先ずウェスティン都ホテル京都のロビーに集合後、「葵殿庭園」へ行きました。「葵殿庭園」は、京都を中心に活躍し庭園に芝生を初めて用いたと言われている造園家・7代目小川治兵衛(植治)が作庭したものです。いくつかの段階と年を経て現在の姿になったそうです。もともとは葵殿(主食堂)が建てられる以前の明治37年(1904年)に最初の作庭がなされたのですが、この時には、華頂山の斜面を植栽し、建物からの眺めを整える程度の簡素なものだったようです。その後「葵殿」として建て直された大正4年(1915年)にも造作が行われ、昭和8年(1933年)に茶室が建てられた時には、琵琶湖疏水の水を用いて、流れ、滝、池で構成した今見るような姿にほぼ整えられた庭になったそうです。しかし、植治は翌年の暮に完成を見ることなく亡くなったので、これは植治の遺作となりました。石組と大きくうねって池に注ぐ滝の流れは、浅い流れのわずかなせせらぎが大河の流れと思われる程のスケールを見せてくれ、下流の方は険しい山のような景観をつくっているかのようでした。また蹲踞(つくばい)が水の流れに溶け込むように据えつけてあって、その趣向はとても印象的でした。とてもダイナミックなお庭でした。
そこから斜面を南に上がったところに「佳水園庭園」があります。「佳水園庭園」は植治の息子の小川保太郎(白楊)によって作庭されました。天然のチャートの岩盤が斜面に露出した岩山がありその岩の迫力に圧倒されました。白楊は大胆に岩盤をそのまま庭に利用したのです。白楊は琵琶湖疏水の水を引き入れてこの岩山の凸凹を利用して2筋の水を流し、岩盤に取り付くように生えていたマツなどもあえてそのままにして、山中の急峻な滝流れを 表現することに成功します。水辺にはツワブキ、オモトなどが、岩の上や
周りには、木肌を出すため幹が磨かれたアカマツのほか、アセビ、モミジなどが、また背景には華頂山の林があって独特の眺めをつくっています。鮮やかな黄色のツワブキの花が今でも目に焼き付いています。大正15年(1926年)に作庭したものの、白楊は元号が変わったその年に43歳で病没しました。植治、白楊の最後の仕事になった因縁の庭が、やがて敷地を拡張した都ホテルの所有となったということです。
「佳水園庭園」の奥に見える岩盤庭園をそのまま取り入れた白砂敷きの「中庭」は、昭和34年(1959年)に佳水園を設計した村野藤吾の設計によって作庭されました。豊臣秀吉自ら設計したといわれる国の特別名勝、醍醐寺三宝院の庭を模して造られたそうです。緑で表現された瓢箪と杯は、岩盤から流れる滝の水をお酒に見立てています。なんとも風流だと思いました。
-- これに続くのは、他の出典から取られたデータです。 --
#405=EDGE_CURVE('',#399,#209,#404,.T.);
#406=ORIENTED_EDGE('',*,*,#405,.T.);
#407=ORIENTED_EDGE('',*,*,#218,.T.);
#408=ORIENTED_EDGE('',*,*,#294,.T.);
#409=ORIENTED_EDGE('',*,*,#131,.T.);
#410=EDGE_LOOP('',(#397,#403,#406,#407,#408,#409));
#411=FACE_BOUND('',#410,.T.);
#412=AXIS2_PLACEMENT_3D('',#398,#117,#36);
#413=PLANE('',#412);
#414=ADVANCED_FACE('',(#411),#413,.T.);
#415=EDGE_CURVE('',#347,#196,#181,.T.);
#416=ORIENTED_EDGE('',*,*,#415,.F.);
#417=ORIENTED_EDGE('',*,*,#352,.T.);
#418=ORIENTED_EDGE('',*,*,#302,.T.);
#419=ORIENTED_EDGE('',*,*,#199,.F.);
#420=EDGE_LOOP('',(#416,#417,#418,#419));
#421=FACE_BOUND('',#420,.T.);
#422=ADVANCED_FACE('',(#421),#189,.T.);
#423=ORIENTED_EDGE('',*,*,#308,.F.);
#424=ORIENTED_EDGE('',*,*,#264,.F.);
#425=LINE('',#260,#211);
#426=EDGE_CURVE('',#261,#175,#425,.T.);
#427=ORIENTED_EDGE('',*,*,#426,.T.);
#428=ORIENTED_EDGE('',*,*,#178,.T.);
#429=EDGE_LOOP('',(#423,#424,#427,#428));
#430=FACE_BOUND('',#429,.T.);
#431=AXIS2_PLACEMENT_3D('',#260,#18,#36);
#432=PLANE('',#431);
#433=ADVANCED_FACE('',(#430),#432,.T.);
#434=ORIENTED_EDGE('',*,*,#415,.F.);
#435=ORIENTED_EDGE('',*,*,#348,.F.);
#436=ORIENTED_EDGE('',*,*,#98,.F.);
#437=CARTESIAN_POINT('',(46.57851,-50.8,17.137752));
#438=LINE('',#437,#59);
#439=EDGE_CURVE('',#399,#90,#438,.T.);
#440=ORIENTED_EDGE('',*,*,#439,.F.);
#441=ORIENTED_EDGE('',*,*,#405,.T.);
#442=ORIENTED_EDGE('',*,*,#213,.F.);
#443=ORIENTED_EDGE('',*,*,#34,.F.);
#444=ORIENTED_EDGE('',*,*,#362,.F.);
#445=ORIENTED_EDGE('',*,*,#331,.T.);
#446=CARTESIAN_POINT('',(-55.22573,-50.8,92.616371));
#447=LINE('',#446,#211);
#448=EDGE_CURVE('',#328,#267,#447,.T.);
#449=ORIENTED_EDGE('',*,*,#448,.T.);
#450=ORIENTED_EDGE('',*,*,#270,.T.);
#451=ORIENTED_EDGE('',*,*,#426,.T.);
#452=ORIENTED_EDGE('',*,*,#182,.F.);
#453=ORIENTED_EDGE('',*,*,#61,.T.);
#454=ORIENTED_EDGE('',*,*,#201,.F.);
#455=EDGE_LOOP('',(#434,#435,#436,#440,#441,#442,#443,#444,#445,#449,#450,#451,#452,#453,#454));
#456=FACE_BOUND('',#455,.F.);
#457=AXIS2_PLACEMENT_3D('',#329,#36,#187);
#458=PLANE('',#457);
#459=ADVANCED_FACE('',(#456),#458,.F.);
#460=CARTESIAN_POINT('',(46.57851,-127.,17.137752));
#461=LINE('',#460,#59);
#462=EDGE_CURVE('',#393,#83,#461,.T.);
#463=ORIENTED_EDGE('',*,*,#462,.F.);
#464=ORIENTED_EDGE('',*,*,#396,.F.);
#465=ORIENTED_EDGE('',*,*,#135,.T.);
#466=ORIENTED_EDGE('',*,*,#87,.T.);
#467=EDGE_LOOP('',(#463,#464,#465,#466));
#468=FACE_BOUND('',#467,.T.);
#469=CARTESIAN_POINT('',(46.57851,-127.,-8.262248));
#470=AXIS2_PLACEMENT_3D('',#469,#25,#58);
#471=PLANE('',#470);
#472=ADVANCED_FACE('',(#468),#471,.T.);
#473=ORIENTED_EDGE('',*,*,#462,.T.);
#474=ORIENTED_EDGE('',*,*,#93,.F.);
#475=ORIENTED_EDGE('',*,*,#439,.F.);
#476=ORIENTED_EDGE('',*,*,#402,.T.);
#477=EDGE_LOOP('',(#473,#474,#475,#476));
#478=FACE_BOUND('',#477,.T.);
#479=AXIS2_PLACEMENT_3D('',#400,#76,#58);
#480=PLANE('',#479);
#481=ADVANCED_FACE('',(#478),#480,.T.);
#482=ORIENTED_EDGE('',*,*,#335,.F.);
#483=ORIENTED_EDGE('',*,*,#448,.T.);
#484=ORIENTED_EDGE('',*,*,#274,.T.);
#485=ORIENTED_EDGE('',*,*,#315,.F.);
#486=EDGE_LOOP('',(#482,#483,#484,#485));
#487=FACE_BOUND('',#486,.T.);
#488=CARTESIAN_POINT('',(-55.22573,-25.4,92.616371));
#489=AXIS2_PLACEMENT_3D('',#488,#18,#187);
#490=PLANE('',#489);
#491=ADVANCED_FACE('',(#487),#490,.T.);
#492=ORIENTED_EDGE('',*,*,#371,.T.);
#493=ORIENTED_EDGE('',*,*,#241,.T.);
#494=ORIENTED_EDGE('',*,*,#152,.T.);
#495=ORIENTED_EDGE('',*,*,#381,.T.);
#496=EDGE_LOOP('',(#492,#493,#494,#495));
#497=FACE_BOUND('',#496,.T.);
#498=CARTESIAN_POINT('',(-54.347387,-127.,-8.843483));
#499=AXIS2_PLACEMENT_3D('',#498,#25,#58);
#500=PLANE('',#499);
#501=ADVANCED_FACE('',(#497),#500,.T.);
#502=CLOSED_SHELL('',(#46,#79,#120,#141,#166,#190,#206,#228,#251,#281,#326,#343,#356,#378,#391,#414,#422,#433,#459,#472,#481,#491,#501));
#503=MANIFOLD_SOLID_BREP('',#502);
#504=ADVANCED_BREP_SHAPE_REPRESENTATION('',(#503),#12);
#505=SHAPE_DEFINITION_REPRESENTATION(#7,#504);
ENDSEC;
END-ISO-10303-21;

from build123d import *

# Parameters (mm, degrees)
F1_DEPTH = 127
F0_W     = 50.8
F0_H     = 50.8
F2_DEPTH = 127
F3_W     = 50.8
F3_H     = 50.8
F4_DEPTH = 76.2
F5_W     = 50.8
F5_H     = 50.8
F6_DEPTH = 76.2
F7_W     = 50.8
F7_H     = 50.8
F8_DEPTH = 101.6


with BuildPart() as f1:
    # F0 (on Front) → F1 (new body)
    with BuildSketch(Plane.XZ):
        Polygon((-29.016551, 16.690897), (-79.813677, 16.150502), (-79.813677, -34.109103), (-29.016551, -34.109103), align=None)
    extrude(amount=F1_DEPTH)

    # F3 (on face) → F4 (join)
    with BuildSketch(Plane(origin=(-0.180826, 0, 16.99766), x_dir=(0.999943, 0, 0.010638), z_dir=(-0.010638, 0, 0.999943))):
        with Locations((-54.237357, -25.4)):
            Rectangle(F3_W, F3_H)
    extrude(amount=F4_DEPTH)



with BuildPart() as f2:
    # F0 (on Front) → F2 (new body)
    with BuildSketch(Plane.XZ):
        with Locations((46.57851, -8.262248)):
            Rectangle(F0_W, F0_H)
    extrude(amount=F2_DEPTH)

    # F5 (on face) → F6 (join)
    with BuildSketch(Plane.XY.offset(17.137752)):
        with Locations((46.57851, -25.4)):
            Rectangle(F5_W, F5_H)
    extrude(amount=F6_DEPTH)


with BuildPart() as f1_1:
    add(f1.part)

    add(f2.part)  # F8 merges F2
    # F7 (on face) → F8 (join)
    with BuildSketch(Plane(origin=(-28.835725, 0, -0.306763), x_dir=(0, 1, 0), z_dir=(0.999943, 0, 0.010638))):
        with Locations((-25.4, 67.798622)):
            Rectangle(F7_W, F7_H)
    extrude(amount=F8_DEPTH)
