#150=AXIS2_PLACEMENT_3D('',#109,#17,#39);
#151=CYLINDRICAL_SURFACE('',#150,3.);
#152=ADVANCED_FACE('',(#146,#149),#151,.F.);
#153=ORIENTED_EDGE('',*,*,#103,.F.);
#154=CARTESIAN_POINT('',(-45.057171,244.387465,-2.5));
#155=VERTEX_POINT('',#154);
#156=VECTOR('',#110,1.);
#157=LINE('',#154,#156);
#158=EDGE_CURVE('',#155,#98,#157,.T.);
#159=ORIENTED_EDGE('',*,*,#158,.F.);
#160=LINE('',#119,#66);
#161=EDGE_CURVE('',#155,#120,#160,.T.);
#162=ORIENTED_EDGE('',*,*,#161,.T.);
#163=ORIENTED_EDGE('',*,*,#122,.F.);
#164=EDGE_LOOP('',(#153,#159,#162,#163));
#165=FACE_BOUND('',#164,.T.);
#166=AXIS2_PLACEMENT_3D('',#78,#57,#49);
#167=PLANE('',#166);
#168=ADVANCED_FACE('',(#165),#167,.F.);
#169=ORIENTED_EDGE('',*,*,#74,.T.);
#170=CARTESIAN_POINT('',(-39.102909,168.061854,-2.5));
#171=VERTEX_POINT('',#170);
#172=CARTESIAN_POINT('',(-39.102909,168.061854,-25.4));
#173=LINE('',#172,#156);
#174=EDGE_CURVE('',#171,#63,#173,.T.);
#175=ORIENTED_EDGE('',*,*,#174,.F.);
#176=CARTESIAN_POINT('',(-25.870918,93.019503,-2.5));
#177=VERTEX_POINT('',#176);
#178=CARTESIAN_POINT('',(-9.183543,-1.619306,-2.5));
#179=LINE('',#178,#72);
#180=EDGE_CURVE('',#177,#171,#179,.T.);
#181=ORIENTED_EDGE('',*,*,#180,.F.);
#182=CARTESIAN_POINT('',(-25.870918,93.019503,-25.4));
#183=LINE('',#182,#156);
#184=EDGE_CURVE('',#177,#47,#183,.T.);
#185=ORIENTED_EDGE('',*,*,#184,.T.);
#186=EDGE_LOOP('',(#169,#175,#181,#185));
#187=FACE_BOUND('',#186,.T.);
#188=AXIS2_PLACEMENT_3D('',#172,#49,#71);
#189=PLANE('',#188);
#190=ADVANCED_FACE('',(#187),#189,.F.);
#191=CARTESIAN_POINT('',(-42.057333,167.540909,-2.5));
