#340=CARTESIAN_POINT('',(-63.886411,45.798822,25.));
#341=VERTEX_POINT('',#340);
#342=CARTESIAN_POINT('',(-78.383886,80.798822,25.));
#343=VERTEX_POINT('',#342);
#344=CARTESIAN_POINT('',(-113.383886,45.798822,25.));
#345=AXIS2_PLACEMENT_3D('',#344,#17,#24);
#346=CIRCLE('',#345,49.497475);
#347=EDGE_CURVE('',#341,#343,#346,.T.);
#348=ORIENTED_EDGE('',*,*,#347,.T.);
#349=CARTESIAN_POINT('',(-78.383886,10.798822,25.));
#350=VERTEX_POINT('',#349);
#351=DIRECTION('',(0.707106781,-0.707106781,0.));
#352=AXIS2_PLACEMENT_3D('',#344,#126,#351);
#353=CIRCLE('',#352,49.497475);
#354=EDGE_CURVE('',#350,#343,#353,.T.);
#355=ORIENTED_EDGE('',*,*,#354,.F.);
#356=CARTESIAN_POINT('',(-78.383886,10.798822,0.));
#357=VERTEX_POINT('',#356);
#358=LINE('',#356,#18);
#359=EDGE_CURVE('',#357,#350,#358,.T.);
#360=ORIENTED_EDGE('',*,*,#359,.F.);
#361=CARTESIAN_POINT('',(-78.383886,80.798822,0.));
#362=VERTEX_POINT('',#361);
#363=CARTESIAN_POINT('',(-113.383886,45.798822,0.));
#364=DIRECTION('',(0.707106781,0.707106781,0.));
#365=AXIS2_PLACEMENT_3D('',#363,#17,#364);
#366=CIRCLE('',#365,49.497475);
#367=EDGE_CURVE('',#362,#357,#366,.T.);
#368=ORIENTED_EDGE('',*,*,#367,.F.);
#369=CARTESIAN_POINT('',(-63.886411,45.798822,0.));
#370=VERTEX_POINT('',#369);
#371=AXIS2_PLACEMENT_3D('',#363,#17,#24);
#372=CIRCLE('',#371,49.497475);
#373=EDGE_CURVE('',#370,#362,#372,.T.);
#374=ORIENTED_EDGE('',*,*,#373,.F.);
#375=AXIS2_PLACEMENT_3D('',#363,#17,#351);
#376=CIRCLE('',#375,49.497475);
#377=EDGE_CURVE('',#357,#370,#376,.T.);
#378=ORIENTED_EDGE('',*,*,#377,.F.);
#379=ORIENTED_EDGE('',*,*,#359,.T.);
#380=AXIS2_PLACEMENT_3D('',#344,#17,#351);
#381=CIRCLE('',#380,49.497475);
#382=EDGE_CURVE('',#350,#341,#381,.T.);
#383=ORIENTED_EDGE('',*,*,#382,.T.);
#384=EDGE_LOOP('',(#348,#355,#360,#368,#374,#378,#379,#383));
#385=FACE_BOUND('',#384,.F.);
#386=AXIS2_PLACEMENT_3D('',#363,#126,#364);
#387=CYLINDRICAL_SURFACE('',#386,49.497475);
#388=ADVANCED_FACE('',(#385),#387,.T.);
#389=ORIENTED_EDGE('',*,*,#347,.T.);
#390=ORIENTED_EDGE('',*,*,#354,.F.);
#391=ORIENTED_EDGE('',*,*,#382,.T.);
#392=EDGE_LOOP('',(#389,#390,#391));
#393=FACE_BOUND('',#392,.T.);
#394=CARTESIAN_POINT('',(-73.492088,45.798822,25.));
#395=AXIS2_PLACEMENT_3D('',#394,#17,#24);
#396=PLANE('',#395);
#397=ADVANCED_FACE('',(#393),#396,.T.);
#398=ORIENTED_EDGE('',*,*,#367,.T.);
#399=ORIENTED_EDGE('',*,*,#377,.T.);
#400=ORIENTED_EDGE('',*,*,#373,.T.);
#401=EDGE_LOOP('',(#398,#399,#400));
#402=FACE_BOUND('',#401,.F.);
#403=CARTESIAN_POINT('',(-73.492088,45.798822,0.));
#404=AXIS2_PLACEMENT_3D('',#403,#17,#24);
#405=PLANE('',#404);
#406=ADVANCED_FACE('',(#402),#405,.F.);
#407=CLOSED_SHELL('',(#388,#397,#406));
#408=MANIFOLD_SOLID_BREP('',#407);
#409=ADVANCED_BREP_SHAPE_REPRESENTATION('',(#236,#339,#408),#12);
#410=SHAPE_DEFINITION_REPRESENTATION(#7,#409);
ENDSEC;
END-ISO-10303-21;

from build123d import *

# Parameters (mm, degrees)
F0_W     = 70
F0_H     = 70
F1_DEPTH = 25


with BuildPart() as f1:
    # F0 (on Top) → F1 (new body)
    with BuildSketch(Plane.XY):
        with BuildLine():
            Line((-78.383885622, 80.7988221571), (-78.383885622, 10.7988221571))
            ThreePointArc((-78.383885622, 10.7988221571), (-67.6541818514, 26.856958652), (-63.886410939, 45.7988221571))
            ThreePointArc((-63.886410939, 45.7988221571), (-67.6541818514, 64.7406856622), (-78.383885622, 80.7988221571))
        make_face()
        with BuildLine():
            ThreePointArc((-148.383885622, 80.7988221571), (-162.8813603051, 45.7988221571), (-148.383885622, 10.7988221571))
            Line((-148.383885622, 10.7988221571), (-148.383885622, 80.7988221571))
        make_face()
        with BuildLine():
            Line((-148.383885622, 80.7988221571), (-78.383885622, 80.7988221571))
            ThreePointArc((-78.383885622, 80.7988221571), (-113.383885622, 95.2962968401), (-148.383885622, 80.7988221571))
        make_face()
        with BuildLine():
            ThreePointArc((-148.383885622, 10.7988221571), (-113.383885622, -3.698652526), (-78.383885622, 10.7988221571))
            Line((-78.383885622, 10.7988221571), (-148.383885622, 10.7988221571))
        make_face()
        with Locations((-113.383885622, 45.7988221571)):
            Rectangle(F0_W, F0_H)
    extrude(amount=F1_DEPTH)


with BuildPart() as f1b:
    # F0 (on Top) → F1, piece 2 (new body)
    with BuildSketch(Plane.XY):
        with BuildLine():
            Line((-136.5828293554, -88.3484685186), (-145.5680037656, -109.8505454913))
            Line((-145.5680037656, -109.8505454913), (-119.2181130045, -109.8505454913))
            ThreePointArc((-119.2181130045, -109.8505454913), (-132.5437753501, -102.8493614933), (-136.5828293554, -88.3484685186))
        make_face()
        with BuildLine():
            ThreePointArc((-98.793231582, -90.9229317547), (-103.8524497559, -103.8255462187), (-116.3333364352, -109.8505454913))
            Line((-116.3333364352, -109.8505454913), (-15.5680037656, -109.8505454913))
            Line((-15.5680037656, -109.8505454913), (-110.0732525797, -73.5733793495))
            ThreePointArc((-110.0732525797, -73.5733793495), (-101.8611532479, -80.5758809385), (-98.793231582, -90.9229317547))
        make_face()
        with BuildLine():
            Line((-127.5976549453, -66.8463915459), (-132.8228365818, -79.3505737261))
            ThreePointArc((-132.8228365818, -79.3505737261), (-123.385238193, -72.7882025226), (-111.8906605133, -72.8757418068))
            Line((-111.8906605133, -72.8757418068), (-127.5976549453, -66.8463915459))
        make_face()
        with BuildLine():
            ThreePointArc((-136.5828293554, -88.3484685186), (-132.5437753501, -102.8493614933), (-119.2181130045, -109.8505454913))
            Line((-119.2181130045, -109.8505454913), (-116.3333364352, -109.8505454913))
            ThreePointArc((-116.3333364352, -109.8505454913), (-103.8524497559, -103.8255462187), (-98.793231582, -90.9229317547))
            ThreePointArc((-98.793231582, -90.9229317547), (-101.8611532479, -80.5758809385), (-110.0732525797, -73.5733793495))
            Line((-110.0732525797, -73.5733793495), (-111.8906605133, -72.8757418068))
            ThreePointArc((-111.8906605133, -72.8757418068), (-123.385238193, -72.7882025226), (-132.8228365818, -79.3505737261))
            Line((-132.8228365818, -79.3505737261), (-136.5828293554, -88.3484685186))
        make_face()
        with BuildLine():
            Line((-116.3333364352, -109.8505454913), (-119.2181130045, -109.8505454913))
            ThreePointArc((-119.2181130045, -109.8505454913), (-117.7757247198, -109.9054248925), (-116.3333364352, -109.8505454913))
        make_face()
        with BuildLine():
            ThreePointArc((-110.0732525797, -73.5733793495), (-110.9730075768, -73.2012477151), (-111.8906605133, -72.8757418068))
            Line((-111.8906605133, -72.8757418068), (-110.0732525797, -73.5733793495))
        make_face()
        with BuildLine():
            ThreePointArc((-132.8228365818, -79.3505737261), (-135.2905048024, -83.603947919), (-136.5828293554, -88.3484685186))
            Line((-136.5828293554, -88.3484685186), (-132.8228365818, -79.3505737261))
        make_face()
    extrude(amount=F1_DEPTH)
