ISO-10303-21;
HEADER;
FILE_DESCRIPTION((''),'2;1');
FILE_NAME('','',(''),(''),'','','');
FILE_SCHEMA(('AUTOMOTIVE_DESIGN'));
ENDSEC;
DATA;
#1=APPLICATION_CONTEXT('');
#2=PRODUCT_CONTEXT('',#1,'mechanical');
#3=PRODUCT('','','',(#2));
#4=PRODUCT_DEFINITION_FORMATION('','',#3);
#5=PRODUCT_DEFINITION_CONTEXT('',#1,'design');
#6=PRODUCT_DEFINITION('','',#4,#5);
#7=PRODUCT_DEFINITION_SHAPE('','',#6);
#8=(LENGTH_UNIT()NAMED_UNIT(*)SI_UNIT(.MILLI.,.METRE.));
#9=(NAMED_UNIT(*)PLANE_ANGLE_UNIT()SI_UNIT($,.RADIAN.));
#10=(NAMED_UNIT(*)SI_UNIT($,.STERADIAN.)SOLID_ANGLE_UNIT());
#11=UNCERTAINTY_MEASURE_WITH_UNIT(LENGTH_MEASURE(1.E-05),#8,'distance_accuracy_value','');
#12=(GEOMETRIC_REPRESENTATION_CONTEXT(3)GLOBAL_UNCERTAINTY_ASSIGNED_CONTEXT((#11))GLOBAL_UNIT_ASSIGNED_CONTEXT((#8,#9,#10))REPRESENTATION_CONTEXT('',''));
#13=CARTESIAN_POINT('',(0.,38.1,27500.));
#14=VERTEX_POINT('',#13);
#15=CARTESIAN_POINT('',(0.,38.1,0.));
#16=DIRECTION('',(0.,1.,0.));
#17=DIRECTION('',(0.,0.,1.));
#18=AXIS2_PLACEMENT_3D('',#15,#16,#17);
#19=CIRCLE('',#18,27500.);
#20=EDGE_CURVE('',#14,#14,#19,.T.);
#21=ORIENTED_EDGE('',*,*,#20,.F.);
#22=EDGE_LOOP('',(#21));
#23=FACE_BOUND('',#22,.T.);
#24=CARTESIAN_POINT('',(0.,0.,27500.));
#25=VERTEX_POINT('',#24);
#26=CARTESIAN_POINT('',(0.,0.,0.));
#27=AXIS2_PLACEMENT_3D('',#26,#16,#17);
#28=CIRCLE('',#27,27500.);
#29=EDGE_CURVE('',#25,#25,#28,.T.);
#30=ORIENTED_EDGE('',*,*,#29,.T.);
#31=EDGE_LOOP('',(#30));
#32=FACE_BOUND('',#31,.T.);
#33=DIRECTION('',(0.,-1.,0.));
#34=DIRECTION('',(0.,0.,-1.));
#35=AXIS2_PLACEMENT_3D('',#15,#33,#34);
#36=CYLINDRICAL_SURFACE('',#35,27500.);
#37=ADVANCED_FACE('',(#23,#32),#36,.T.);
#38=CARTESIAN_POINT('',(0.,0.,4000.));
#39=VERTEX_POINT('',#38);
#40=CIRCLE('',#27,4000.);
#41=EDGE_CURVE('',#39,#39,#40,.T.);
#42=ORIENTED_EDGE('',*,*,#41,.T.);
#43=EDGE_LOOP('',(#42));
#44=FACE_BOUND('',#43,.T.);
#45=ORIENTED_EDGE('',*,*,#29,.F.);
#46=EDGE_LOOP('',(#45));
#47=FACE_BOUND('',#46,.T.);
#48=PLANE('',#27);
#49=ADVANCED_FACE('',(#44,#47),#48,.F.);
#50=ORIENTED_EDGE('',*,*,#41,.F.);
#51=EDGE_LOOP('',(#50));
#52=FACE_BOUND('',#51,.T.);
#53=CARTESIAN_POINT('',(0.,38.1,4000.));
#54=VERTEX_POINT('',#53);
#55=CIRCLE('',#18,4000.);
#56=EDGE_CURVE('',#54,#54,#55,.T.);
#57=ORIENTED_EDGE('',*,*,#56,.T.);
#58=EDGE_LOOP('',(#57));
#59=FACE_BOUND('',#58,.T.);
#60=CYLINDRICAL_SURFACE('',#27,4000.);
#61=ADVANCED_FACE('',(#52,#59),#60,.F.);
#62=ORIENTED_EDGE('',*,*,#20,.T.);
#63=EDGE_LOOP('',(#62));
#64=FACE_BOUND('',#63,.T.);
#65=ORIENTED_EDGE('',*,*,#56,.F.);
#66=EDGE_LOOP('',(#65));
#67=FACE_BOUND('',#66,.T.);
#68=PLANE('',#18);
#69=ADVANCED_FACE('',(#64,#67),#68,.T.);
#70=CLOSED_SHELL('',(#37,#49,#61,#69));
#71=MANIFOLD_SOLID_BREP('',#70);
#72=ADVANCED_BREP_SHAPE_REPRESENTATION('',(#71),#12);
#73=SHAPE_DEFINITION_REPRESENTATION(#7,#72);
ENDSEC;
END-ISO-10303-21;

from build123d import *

# Parameters (mm, degrees)
SKETCH1_R           = 27500
BOSS_EXTRUDE1_DEPTH = 38.1
SKETCH2_R           = 4000
CUT_EXTRUDE1_DEPTH  = 38.1


with BuildPart() as part:
    # Sketch1 → Boss-Extrude1 (new body)
    with BuildSketch(Plane(origin=(0, 0, 0), x_dir=(1, 0, 0), z_dir=(0, 1, 0))):
        Circle(SKETCH1_R)
    extrude(amount=BOSS_EXTRUDE1_DEPTH)

    # Sketch2 → Cut-Extrude1 (cut)
    with BuildSketch(Plane(origin=(0, 38.1, 0), x_dir=(1, 0, 0), z_dir=(0, 1, 0))):
        Circle(SKETCH2_R)
    extrude(amount=-CUT_EXTRUDE1_DEPTH, mode=Mode.SUBTRACT)


solid = part.part
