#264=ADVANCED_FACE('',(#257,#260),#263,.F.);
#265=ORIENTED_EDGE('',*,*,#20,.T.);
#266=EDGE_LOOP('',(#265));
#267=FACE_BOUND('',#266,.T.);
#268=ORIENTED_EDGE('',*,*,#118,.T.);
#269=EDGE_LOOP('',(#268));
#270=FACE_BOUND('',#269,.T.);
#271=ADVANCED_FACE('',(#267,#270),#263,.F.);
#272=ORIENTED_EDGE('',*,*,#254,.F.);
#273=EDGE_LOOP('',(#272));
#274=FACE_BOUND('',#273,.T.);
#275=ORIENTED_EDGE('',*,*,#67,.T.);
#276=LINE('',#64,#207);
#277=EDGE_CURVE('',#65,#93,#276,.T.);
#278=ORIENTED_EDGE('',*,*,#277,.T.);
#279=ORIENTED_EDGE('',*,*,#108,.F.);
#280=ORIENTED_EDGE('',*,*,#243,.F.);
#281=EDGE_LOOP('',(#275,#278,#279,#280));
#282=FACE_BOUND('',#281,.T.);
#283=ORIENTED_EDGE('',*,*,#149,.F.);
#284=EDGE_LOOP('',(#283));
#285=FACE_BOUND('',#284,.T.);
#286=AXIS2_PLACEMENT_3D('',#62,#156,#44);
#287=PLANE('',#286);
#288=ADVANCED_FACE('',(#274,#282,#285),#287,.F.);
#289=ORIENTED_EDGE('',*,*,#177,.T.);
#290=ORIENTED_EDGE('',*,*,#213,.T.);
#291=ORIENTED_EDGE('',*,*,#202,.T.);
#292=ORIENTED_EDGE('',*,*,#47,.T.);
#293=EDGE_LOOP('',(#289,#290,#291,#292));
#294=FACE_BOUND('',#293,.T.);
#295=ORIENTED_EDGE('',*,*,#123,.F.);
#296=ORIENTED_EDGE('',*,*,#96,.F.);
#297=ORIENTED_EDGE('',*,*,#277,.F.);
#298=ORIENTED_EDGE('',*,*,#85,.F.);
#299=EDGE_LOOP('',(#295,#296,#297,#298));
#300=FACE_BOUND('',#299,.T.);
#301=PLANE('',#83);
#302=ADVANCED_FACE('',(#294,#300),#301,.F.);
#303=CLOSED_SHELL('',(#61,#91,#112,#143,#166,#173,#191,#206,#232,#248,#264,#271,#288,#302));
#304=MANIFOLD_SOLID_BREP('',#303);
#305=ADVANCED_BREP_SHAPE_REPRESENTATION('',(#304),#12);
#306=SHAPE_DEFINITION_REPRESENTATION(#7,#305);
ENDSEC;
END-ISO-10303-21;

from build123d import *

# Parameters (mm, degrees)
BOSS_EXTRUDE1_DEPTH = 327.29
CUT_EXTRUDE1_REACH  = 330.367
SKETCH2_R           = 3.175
またこの建物の屋根は緩い勾配・薄い庇の銅版葺きが壁面よりも大きく張り出して普通の数奇屋建築とは一線を隔す、軽やかでモダンな雰囲気でした。単に建物をつくるだけではなく、外構デザインとの調和で、居心地のいい 素晴らしい住まいが誕生するのだと思いました。外構と建物は一体として考えるべきだと再認識しました。
続いてウェスティン都ホテル京都から徒歩5分ほどのところにある「無鄰菴」に行きました。ガイドさんのお話で、この「無鄰菴」という名前の由来は 「この草菴に隣家がないことによる」ということを初めて知りました。それから 「無鄰菴」に疏水を引き込む際、どうして「防火用水」の名目が使われているのか、ということも、琵琶湖疏水の建設には多額の税金が掛けられているために、京都市としては「庭園のため」では許可できなかったためだということも 知りました。この界隈にはこのような大きく立派なお庭がたくさんあるのですが、全部「防火用水」として申請しているとしたら、京都市は随分損していた(る)かも知れないと思いました。話を戻しまして、この「無鄰菴」は小川治兵衛 が多大な影響を受けた山縣有朋との出会いをもたらした庭です。広々とした 芝生とその両側を覆う木立、ゆるやかに蛇行する流れは琵琶湖疏水から引いたものです。庭の奥には、借景とされた東山がたおやかな姿を見せていま す。伽藍石などをおりまぜた遊び心にあふれる飛石が、奥へ奥へと誘うかのようです。敷地が細長い三角形になっているので、奥に行くにしたがって木々が密集する深山幽谷の趣となり、やがて三段になった滝が現れます。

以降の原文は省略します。